- INPUT DATA:
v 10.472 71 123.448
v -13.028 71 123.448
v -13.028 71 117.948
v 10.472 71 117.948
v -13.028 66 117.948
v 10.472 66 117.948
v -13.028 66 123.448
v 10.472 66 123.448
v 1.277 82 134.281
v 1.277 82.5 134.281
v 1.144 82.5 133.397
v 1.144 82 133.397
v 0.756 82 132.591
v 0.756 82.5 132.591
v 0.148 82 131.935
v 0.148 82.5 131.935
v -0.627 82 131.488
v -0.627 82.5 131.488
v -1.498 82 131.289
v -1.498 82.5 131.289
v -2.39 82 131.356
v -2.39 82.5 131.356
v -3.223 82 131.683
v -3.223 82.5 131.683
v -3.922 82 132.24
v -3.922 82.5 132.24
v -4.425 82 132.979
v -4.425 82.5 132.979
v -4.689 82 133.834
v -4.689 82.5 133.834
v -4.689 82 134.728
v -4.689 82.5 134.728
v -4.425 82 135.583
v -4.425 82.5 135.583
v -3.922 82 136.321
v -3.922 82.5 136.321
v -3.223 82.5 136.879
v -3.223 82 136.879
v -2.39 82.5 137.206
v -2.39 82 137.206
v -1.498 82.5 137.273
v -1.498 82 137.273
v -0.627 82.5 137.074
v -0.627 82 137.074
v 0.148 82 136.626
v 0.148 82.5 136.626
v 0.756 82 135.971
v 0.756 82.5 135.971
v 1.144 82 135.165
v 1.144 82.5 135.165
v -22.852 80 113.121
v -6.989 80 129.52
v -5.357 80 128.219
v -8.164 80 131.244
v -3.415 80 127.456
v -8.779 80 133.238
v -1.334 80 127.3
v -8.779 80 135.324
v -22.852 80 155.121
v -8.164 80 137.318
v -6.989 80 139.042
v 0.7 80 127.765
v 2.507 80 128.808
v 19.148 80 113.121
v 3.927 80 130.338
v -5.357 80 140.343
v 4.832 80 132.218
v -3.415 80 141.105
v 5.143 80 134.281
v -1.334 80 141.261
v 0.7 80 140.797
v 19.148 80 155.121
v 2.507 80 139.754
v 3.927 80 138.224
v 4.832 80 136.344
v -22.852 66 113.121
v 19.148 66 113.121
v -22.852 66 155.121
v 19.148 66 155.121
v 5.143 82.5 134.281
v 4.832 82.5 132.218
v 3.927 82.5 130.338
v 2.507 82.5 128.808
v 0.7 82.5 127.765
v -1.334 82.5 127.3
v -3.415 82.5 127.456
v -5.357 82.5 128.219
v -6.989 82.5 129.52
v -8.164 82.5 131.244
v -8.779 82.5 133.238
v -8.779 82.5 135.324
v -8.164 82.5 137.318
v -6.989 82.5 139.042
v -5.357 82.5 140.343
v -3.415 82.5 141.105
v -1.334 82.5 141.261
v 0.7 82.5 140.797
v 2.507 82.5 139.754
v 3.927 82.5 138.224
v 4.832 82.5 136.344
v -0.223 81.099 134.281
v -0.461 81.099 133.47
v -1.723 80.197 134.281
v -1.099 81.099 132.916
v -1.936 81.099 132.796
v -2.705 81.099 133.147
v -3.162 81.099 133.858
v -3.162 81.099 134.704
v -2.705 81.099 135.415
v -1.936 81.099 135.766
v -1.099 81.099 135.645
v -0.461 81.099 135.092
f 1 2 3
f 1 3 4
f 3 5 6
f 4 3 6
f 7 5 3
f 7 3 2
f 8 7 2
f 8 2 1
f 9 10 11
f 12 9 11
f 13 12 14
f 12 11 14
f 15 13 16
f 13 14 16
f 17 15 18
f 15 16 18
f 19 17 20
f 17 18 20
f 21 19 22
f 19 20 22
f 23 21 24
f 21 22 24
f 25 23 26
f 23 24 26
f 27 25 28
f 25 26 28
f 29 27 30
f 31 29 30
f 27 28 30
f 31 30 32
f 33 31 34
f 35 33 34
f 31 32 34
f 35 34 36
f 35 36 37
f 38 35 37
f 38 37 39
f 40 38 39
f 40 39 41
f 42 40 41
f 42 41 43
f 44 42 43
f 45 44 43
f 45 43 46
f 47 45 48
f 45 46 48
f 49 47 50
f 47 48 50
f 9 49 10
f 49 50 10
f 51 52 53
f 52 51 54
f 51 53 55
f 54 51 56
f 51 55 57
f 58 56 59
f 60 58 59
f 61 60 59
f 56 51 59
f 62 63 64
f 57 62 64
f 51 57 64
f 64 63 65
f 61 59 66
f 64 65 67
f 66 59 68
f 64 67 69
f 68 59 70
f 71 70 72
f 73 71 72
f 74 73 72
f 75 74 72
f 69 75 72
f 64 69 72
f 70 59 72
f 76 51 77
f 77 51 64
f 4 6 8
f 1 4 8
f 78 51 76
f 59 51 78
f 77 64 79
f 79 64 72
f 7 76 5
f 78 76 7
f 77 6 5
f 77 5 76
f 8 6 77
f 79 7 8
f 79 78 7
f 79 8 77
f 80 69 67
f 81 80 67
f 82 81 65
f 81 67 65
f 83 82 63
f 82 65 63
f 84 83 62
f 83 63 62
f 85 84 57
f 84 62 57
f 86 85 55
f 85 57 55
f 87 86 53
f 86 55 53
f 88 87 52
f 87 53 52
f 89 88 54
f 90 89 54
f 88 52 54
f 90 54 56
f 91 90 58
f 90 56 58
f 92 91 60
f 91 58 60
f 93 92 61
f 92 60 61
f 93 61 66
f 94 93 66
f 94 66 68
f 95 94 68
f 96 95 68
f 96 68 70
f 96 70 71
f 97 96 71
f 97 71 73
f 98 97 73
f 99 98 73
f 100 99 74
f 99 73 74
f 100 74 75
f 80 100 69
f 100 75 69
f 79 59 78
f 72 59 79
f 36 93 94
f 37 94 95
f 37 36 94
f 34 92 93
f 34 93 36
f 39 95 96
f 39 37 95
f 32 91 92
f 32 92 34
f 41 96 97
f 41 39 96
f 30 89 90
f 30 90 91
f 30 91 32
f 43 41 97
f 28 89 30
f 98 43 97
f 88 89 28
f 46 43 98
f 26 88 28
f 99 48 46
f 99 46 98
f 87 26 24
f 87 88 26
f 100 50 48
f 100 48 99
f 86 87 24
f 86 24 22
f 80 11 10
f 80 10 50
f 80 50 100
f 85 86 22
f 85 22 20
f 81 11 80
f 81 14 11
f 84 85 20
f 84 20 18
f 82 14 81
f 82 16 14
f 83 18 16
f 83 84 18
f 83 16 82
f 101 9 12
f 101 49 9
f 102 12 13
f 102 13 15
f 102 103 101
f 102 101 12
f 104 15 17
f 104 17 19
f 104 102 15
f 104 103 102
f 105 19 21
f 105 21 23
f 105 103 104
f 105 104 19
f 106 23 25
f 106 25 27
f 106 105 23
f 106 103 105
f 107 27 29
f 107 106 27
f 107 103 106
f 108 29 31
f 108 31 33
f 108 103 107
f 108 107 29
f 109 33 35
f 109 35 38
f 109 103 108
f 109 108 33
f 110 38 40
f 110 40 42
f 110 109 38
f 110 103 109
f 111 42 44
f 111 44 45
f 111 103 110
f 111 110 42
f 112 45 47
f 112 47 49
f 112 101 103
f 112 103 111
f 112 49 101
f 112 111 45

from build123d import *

# Parameters (mm, degrees)
SKETCH046_W     = 42
SKETCH046_H     = 42
PAD022_DEPTH    = 14
SKETCH047_R     = 7
PAD023_DEPTH    = 2.5
SKETCH048_R     = 3
HOLE_DEPTH      = 0.5
HOLE_TIPS_R     = 3
SKETCH049_W     = 23.5
SKETCH049_H     = 5.5
POCKET008_DEPTH = 5


with BuildPart() as part:
    # Sketch046 → Pad022 (new body)
    with BuildSketch(Plane.XZ):
        with Locations((8.147526, -9.378734)):
            Rectangle(SKETCH046_W, SKETCH046_H)
    extrude(amount=PAD022_DEPTH)

    # Sketch047 (on Face5 of Pad022) → Pad023 (join)
    with BuildSketch(Plane(origin=(0, 0, 0), x_dir=(1, 0, 0), z_dir=(0, 1, 0))):
        with Locations((8.142856, 9.219142)):
            Circle(SKETCH047_R)
    extrude(amount=PAD023_DEPTH)

    # Sketch048 (on Face8 of Pad023) → Hole (cut)
    with BuildSketch(Plane(origin=(0, 2.5, 0), x_dir=(1, 0, 0), z_dir=(0, 1, 0))):
        with Locations((8.27745, 9.219093)):
            Circle(SKETCH048_R)
    extrude(amount=-HOLE_DEPTH, mode=Mode.SUBTRACT)

    # Hole tips → Hole tip 1 section 0
    with BuildSketch(Plane(origin=(0, 2, 0), x_dir=(1, 0, 0), z_dir=(0, 1, 0)), mode=Mode.PRIVATE) as hole_tip_1_s0:
        with Locations((8.27745, 9.219093)):
            Circle(HOLE_TIPS_R)
    loft([hole_tip_1_s0.sketch, Vertex(8.27745, 0.197418, -9.219093)], mode=Mode.SUBTRACT)

    # Sketch049 (on Face5 of Hole) → Pocket008 (cut)
    with BuildSketch(Plane.XZ.offset(14)):
        with Locations((8.721823, -22.801634)):
            Rectangle(SKETCH049_W, SKETCH049_H)
    extrude(amount=-POCKET008_DEPTH, mode=Mode.SUBTRACT)


with BuildPart() as part_1:
    # Body007 placement: moved
    add(part.part.moved(Location((-10, 80, 143.5))))


solid = part_1.part
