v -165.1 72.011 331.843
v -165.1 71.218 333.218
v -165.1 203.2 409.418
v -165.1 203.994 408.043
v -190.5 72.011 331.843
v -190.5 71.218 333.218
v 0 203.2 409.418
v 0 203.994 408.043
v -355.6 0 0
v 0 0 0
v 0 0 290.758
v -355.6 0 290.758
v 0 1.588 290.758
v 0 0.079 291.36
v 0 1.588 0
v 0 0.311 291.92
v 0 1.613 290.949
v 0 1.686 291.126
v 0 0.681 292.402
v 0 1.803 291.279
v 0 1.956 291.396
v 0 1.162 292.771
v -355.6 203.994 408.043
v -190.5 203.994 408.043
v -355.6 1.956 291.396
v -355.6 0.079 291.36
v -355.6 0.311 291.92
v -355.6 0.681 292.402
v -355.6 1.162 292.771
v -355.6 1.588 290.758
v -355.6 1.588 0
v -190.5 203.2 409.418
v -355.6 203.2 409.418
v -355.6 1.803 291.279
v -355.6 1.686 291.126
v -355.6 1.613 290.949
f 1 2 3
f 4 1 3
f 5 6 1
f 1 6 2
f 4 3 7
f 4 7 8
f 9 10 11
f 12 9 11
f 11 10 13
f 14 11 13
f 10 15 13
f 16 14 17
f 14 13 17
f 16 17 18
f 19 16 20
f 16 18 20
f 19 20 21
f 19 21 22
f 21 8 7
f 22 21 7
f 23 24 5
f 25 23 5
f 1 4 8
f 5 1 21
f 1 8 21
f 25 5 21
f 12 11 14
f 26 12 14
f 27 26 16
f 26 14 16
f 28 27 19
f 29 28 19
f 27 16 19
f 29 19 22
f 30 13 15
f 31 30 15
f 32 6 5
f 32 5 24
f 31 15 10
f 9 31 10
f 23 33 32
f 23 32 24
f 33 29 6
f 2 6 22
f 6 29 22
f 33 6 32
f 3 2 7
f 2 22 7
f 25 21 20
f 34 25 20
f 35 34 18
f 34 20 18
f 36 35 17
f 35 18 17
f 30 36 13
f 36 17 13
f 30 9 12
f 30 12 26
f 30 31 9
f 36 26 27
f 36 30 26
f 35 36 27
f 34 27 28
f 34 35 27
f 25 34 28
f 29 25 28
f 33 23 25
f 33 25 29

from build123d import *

# Parameters (mm, degrees)
BASE_FLANGE1_DEPTH = 355.6
SKETCH6_W          = 25.4
SKETCH6_H          = 152.4
CUT_EXTRUDE1_DEPTH = 533.597507197


# Sheet-metal steps are written as plain solids
with BuildPart() as part:
    # Sketch1 → Base-Flange1 (new body)
    with BuildSketch(Plane(origin=(0, 0, 0), x_dir=(0, 0, -1), z_dir=(1, 0, 0))):
        with BuildLine():
            Line((0, 0), (-290.758180239, 0))
            ThreePointArc((-290.758180239, 0), (-291.920230239, 0.311370359), (-292.77090988, 1.16205))
            Line((-292.77090988, 1.16205), (-409.417574699, 203.2))
            Line((-409.417574699, 203.2), (-408.042759371, 203.99375))
            Line((-408.042759371, 203.99375), (-291.396094552, 1.9558))
            ThreePointArc((-291.396094552, 1.9558), (-291.126480239, 1.686185688), (-290.758180239, 1.5875))
            Line((-290.758180239, 1.5875), (0, 1.5875))
            Line((0, 1.5875), (0, 0))
        make_face()
    extrude(amount=-BASE_FLANGE1_DEPTH)

    # Sketch6 → Cut-Extrude1 (cut, through all)
    with BuildSketch(Plane(origin=(0, -126.483010223, 219.075), x_dir=(1, 0, 0), z_dir=(0, -0.4999999999999979, 0.8660254037844399))):
        with Locations((-177.8, 304.485149399)):
            Rectangle(SKETCH6_W, SKETCH6_H)
    extrude(amount=-CUT_EXTRUDE1_DEPTH, mode=Mode.SUBTRACT)


solid = part.part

- WORK INSTRUCTIONS: The reply should hold only the lines of the listing above starting at the line containing "f 105 21 23" and ending at the line containing "f 112 49 101", exactly as written.

- REPLY:
f 105 21 23
f 105 103 104
f 105 104 19
f 106 23 25
f 106 25 27
f 106 105 23
f 106 103 105
f 107 27 29
f 107 106 27
f 107 103 106
f 108 29 31
f 108 31 33
f 108 103 107
f 108 107 29
f 109 33 35
f 109 35 38
f 109 103 108
f 109 108 33
f 110 38 40
f 110 40 42
f 110 109 38
f 110 103 109
f 111 42 44
f 111 44 45
f 111 103 110
f 111 110 42
f 112 45 47
f 112 47 49
f 112 101 103
f 112 103 111
f 112 49 101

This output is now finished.